Your task is to filter the entries and copy every line containing the string "SUBTRACT".

***** AVAILABLE DATA

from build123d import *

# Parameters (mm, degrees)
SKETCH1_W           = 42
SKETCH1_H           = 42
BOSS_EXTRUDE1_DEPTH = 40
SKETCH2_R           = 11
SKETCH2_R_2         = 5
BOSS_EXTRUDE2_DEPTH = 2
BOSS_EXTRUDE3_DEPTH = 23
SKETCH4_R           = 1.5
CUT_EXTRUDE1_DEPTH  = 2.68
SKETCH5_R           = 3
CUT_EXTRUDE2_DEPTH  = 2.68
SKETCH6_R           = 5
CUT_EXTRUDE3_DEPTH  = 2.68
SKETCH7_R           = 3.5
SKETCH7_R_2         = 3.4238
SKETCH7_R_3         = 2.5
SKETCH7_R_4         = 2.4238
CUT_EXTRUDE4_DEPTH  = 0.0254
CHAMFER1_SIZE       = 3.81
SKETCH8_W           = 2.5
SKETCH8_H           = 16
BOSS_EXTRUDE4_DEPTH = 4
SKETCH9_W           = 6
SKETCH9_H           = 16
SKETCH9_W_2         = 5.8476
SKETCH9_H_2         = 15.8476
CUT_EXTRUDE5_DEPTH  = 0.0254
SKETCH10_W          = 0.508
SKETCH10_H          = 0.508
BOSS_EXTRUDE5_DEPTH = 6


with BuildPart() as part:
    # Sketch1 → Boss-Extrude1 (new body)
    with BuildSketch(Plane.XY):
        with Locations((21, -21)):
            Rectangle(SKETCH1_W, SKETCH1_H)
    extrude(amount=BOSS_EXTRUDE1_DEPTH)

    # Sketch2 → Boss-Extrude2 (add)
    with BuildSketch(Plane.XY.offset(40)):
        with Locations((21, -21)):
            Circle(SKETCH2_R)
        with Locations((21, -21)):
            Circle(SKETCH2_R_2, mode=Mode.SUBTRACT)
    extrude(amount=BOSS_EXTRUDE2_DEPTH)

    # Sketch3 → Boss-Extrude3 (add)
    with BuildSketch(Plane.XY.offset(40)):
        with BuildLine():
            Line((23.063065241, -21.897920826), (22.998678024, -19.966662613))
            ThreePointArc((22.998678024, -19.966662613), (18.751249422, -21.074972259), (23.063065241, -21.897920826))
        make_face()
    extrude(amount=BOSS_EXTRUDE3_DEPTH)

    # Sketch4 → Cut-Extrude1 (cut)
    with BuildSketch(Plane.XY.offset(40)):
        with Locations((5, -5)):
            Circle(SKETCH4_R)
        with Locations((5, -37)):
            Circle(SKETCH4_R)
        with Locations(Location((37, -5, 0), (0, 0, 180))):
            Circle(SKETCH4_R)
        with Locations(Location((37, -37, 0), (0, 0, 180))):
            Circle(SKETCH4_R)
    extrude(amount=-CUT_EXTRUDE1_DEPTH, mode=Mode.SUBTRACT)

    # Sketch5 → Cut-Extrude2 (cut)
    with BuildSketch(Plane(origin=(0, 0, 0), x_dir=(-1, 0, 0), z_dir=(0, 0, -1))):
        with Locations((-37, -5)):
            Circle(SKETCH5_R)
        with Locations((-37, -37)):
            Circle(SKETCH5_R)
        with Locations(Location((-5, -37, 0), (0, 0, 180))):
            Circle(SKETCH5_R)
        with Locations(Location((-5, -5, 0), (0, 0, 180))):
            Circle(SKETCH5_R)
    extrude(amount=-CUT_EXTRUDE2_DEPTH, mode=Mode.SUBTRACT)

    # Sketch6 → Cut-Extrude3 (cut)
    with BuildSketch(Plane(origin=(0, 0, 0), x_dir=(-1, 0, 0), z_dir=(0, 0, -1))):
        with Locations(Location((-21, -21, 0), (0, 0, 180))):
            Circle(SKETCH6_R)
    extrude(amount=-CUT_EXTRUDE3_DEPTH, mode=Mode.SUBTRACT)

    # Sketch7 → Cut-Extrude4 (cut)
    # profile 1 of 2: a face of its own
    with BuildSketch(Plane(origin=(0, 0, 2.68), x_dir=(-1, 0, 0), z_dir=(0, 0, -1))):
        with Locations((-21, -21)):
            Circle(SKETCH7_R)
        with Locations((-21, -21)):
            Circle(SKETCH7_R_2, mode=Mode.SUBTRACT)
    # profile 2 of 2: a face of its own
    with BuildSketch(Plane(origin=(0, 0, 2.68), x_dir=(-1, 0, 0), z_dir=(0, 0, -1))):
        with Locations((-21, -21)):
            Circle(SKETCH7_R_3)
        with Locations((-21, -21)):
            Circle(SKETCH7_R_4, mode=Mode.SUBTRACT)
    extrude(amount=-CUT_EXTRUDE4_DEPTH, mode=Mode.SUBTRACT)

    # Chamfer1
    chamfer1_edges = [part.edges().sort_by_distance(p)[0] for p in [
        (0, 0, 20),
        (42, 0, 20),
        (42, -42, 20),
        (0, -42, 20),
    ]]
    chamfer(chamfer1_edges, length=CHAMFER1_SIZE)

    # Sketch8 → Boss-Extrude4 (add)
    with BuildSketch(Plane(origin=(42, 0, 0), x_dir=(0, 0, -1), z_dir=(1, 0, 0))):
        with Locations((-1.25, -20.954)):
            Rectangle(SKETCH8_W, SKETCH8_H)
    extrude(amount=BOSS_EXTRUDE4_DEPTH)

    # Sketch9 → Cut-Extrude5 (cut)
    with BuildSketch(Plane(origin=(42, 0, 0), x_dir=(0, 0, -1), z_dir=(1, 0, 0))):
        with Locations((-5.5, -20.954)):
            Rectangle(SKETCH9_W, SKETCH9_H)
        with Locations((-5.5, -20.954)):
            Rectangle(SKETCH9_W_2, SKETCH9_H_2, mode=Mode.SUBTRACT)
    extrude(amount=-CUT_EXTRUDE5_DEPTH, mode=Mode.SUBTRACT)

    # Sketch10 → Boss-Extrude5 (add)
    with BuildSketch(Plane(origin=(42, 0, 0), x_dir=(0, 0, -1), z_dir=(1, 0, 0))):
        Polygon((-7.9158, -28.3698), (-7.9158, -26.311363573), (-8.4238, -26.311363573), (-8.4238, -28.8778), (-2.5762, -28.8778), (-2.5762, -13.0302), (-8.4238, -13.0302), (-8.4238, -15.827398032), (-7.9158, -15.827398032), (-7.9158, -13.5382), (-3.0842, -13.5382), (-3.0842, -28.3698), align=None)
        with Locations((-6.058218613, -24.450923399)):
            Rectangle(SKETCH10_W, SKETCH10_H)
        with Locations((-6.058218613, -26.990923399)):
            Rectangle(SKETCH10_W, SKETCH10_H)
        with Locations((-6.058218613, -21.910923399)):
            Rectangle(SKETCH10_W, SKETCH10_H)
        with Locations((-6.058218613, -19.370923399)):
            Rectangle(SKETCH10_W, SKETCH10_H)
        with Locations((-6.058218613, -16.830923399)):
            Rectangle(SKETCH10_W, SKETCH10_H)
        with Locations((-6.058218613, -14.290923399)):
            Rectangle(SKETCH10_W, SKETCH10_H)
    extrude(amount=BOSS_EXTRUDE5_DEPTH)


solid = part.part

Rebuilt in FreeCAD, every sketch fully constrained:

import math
import FreeCAD as App
import Part
import Sketcher

V = App.Vector
Q = App.Units.Quantity


def edges_at(feature, points):
    """Names of the edges that pass closest to the given points."""
    edges = feature.Shape.Edges
    near = lambda p: min(range(len(edges)), key=lambda i: edges[i].distToShape(Part.Vertex(*p))[0])
    return sorted({f"Edge{near(p) + 1}" for p in points})


def add_polygon(sketch, points):
    """Adds a closed chain of lines whose ends are joined by coincident constraints."""
    first, n = sketch.GeometryCount, len(points)
    for a, b in zip(points, points[1:] + points[:1]):
        sketch.addGeometry(Part.LineSegment(App.Vector(*a, 0), App.Vector(*b, 0)), False)
    for i in range(n):
        sketch.addConstraint(Sketcher.Constraint("Coincident", first + i, 2, first + (i + 1) % n, 1))

doc = App.newDocument("Part")
body = doc.addObject("PartDesign::Body", "Body")

sketch1 = body.newObject("Sketcher::SketchObject", "Sketch")
sketch1.AttachmentSupport = (doc.getObject("XY_Plane"), [""])
sketch1.MapMode = "FlatFace"
add_polygon(sketch1, [(0, 0), (0, -42), (42, -42), (42, 0)])
sketch1.addConstraint(Sketcher.Constraint("Vertical", 0))
sketch1.addConstraint(Sketcher.Constraint("Horizontal", 1))
sketch1.addConstraint(Sketcher.Constraint("Vertical", 2))
sketch1.addConstraint(Sketcher.Constraint("Horizontal", 3))
sketch1.addConstraint(Sketcher.Constraint("Coincident", 3, 2, -1, 1))
sketch1.addConstraint(Sketcher.Constraint("Equal", 3, 0))
sketch1.addConstraint(Sketcher.Constraint("DistanceX", 1, 1, 1, 2, Q("42 mm")))
pad1 = body.newObject("PartDesign::Pad", "Pad")
pad1.Profile = sketch1
pad1.Length = 40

**********

WRITTEN SOLUTION |
            Circle(SKETCH2_R_2, mode=Mode.SUBTRACT)
    extrude(amount=-CUT_EXTRUDE1_DEPTH, mode=Mode.SUBTRACT)
    extrude(amount=-CUT_EXTRUDE2_DEPTH, mode=Mode.SUBTRACT)
    extrude(amount=-CUT_EXTRUDE3_DEPTH, mode=Mode.SUBTRACT)
            Circle(SKETCH7_R_2, mode=Mode.SUBTRACT)
            Circle(SKETCH7_R_4, mode=Mode.SUBTRACT)
    extrude(amount=-CUT_EXTRUDE4_DEPTH, mode=Mode.SUBTRACT)
            Rectangle(SKETCH9_W_2, SKETCH9_H_2, mode=Mode.SUBTRACT)
    extrude(amount=-CUT_EXTRUDE5_DEPTH, mode=Mode.SUBTRACT)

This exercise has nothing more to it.